Dérive sécuritaire difficile à contenir. A la question posée à une journaliste russe lors de la commémoration de la mort des deux personnes dans le transformateur le 25 octobre dernier : « Pensez-vous que les journalistes attendent de nouvelles émeutes ». La journaliste répond : « Un journaliste est une personne qui attend le plus horrible, pas vous ? »

La derive sécuritaire n’est pas le seul fait de la police mais le fait de l’ensemble d’une société qui réagit au nom du bon sens et qui est nourrie à l’image choc, loin des réalités. Les banlieus à travers le prisme des médias et des politiques sont véritablement un lieu dangereux où il n’est pas bon d’y mettre les pieds.

Pourtant, le 9.3. pour prendre un exemple tant décrié est un des département les plus riches par les manifestations culturelles, il s’y passe chaque jour des initiatives toutes plus intéressantes les unes que les autres. Rappelés à l’ordre, les médias font des sujets dits positifs sur la banlieue. Mais en voyant ces sujets construits selon un dispositif, on a l’impression qu’il s’agit de miraculés de la banlieue.

L’insécurité est un sentiment qui nous a été progressivement imposé comme évident.
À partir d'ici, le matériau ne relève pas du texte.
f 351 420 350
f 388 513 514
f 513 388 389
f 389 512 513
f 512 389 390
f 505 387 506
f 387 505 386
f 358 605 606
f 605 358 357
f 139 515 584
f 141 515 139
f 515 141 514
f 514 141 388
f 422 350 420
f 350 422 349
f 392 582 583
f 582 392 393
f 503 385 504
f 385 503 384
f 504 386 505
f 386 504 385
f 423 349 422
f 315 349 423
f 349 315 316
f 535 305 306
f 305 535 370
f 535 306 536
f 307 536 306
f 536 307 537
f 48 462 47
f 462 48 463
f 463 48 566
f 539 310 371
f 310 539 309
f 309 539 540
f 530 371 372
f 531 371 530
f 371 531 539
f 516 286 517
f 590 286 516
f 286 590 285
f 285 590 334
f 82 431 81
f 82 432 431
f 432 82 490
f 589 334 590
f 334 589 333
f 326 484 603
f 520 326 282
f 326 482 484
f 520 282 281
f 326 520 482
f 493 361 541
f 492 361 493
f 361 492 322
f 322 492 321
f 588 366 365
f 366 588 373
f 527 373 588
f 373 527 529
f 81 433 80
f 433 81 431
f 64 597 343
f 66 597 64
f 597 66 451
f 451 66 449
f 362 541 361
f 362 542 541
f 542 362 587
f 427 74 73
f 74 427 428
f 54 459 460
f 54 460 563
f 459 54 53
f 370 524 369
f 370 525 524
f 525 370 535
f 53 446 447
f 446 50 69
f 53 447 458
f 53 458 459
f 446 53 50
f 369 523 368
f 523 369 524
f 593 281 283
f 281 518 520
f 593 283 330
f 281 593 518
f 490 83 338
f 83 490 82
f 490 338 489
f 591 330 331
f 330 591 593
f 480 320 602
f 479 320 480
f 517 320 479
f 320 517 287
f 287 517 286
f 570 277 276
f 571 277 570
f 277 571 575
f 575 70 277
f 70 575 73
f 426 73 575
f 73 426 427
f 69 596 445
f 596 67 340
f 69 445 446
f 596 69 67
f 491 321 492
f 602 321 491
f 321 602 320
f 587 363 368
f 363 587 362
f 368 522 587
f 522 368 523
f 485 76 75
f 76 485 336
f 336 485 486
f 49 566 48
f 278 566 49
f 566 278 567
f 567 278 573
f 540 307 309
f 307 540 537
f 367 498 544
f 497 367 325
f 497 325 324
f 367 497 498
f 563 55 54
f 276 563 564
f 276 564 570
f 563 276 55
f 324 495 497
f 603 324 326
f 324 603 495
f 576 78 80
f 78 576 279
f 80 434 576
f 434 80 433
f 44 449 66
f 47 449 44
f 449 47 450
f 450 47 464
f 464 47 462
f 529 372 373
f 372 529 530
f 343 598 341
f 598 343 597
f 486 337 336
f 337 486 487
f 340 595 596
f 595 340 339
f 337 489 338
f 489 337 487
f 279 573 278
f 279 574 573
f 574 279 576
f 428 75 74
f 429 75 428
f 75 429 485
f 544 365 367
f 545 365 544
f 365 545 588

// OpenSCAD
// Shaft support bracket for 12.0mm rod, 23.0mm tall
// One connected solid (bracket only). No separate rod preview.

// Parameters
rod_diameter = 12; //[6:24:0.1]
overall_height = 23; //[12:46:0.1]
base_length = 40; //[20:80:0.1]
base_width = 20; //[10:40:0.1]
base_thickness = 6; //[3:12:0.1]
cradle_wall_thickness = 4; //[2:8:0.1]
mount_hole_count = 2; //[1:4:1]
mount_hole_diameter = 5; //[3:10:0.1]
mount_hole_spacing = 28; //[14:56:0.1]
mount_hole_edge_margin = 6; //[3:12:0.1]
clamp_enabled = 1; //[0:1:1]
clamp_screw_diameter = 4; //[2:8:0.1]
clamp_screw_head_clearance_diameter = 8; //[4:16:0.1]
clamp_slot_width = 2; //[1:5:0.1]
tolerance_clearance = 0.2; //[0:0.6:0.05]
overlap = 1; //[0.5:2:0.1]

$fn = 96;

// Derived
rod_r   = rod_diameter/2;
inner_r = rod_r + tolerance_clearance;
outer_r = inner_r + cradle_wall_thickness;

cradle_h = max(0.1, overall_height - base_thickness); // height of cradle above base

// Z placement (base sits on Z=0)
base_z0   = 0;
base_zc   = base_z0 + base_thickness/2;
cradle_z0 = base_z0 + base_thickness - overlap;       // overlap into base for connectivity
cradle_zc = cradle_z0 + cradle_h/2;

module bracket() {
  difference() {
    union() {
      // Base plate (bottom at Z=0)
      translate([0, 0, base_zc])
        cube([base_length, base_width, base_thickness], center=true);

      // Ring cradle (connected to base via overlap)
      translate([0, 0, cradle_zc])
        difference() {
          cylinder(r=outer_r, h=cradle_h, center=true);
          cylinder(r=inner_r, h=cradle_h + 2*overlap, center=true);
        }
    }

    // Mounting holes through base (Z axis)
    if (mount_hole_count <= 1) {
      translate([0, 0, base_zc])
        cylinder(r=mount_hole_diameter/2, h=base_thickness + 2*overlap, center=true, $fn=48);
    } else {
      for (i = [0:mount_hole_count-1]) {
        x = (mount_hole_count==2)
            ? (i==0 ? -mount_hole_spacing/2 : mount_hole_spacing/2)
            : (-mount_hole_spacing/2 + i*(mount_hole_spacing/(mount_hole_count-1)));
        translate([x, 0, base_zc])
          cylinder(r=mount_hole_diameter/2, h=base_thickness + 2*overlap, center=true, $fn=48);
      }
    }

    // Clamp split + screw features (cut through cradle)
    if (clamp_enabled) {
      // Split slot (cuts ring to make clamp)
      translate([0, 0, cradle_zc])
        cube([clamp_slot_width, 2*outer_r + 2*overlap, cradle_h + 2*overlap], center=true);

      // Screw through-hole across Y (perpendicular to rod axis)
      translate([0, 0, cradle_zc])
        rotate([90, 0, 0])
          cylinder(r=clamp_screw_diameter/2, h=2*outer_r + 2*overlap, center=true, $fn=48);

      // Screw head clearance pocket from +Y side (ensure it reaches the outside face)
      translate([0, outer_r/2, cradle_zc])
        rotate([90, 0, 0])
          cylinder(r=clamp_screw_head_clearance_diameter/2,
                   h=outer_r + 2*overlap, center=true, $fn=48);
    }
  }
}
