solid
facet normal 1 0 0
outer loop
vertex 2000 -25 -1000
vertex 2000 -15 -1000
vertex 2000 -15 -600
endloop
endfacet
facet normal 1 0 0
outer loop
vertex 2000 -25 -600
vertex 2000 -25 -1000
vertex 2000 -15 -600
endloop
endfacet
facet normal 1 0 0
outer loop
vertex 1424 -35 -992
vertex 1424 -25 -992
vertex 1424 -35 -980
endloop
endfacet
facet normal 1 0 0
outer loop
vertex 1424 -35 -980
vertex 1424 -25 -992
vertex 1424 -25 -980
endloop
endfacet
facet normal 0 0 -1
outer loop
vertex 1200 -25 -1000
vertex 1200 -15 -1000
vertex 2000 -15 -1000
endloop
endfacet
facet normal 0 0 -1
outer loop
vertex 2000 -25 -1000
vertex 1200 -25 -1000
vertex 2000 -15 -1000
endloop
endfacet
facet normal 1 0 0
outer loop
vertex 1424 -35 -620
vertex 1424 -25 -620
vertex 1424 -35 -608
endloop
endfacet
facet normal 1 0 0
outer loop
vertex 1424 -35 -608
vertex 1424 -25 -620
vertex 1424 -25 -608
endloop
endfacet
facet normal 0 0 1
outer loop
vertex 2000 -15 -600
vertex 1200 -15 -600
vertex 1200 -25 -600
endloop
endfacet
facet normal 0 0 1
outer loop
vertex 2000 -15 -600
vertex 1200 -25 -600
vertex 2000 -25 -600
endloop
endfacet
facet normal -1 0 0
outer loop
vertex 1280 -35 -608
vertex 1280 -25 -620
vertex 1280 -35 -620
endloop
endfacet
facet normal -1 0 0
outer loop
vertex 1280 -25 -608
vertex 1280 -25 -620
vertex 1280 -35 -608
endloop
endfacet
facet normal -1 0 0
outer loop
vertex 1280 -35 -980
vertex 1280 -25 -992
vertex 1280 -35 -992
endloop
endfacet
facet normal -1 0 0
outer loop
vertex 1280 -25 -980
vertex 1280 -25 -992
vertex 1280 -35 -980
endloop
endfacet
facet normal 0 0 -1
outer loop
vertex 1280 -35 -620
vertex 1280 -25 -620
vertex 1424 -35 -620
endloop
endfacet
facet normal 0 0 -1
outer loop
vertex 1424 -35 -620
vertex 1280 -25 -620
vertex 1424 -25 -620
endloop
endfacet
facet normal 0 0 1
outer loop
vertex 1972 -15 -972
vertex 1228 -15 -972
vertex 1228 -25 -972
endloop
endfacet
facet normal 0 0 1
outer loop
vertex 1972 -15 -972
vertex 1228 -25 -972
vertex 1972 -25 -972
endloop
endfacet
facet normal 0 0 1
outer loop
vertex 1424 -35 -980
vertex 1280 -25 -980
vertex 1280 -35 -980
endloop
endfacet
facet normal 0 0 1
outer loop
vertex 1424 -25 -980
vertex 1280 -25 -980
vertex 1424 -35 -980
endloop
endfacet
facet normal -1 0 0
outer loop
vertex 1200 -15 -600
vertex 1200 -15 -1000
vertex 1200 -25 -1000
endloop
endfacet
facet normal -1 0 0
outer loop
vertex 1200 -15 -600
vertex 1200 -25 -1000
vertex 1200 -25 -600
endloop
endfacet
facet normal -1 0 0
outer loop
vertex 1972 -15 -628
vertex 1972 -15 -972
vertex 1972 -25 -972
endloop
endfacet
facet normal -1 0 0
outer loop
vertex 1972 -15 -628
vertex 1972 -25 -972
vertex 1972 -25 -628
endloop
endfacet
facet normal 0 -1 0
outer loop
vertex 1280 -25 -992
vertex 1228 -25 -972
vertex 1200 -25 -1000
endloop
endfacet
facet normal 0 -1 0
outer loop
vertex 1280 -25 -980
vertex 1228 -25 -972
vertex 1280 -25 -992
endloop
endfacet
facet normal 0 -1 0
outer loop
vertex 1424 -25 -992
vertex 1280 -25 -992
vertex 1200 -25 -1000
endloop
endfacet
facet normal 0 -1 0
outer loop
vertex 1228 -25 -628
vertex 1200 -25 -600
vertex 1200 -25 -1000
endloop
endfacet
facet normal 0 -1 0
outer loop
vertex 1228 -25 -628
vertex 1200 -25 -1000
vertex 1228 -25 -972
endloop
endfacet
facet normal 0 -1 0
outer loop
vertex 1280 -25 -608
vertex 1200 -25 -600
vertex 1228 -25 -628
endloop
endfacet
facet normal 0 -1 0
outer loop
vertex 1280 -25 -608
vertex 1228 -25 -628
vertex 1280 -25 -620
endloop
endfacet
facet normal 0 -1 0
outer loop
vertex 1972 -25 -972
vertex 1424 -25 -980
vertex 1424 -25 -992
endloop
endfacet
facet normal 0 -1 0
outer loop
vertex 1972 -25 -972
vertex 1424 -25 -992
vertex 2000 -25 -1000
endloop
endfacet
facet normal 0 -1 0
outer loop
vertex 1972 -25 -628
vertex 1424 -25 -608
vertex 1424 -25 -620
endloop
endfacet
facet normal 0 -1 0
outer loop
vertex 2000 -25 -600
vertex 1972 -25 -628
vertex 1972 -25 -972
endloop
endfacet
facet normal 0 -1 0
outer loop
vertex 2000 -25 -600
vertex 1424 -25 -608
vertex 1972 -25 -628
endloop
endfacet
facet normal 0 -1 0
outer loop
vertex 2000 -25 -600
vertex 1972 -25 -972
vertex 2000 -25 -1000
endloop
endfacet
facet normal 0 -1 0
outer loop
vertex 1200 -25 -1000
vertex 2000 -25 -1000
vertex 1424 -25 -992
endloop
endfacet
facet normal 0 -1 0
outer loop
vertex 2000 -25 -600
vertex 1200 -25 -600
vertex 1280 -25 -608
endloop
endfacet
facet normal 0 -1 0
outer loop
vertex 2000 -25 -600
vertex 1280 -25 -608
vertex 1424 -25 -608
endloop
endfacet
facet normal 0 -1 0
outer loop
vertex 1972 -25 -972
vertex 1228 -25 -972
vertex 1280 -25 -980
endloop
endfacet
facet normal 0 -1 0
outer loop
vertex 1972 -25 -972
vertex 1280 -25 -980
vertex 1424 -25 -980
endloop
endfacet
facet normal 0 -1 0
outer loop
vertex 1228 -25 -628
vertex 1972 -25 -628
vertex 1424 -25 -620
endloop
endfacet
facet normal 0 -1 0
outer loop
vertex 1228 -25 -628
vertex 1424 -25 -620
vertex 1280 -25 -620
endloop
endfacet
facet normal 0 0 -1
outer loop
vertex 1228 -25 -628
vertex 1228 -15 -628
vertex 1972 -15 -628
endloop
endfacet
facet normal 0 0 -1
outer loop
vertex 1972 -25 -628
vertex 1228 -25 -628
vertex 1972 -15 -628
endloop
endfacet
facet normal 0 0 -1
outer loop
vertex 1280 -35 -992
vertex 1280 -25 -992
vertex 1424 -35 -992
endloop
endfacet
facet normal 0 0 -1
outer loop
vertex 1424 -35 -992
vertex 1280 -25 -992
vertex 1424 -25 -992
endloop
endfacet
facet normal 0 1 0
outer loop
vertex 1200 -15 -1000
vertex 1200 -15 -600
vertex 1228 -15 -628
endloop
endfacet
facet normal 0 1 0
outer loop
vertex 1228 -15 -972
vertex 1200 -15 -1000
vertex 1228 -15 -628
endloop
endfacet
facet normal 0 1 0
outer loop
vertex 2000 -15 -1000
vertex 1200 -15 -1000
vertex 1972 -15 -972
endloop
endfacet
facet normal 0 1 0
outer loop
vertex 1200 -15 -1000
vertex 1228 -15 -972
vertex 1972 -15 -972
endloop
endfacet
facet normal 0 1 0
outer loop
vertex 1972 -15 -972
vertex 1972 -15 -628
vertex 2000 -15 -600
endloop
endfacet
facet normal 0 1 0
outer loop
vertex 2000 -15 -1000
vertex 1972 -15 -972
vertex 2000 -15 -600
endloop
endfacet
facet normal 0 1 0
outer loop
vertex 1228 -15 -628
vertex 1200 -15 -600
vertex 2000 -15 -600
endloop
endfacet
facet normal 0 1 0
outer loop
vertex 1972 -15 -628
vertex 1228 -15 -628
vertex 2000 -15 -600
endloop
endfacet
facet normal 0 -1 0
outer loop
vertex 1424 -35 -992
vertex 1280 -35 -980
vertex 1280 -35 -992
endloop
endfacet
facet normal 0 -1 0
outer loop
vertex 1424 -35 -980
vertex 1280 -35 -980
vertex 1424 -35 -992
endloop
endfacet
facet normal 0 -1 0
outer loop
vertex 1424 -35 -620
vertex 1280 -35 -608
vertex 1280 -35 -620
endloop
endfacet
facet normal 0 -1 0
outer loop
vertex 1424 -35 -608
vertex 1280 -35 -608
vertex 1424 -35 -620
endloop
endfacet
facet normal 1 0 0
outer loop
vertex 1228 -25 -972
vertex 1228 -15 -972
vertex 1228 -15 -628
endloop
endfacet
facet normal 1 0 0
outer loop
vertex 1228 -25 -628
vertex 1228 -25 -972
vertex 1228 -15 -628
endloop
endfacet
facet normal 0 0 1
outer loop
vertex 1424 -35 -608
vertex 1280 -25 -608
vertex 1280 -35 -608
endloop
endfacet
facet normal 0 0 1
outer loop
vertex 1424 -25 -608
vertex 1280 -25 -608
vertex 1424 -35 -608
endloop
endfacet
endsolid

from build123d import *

# Parameters (mm, degrees)
F0_W     = 2000
F0_H     = 1000
F0_W_2   = 1860
F0_H_2   = 860
F1_DEPTH = 25
F2_W     = 360
F2_H     = 30
F3_DEPTH = 25
F4_SCALE = 0.4


with BuildPart() as f1:
    # F0 (on Front) → F1 (new body)
    with BuildSketch(Plane.XZ):
        with Locations((1000, -500)):
            Rectangle(F0_W, F0_H)
        with Locations((1000, -500)):
            Rectangle(F0_W_2, F0_H_2, mode=Mode.SUBTRACT)
    extrude(amount=F1_DEPTH)

    # F2 (on face) → F3 (join)
    with BuildSketch(Plane.XZ.offset(25)):
        with Locations((380, -35)):
            Rectangle(F2_W, F2_H)
        with Locations((380, -965)):
            Rectangle(F2_W, F2_H)
    extrude(amount=F3_DEPTH)


with BuildPart() as f1_1:
    # F4: moved
    add(f1.part.scale(F4_SCALE).moved(Location((1200, -15, -600))))


solid = f1_1.part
Et pourtant quelle est aujourd’hui la véritable ampleur de l’insécurité ?

Les policiers sont fatigués des discours. Sans vouloir en core l’avouer mais le laissant deviner dans certains discours, ils condamnent la politique sécuritaire de N.Sarkozy, car les premiers à recevoir l’effet du boomerang c’est eux. Coincée entre les circulaires d’état, et une conscience qui leur crie que tout cela ne tourne pas rond, la force de police se délite et perd peu à peu de son crédit auprès de la population.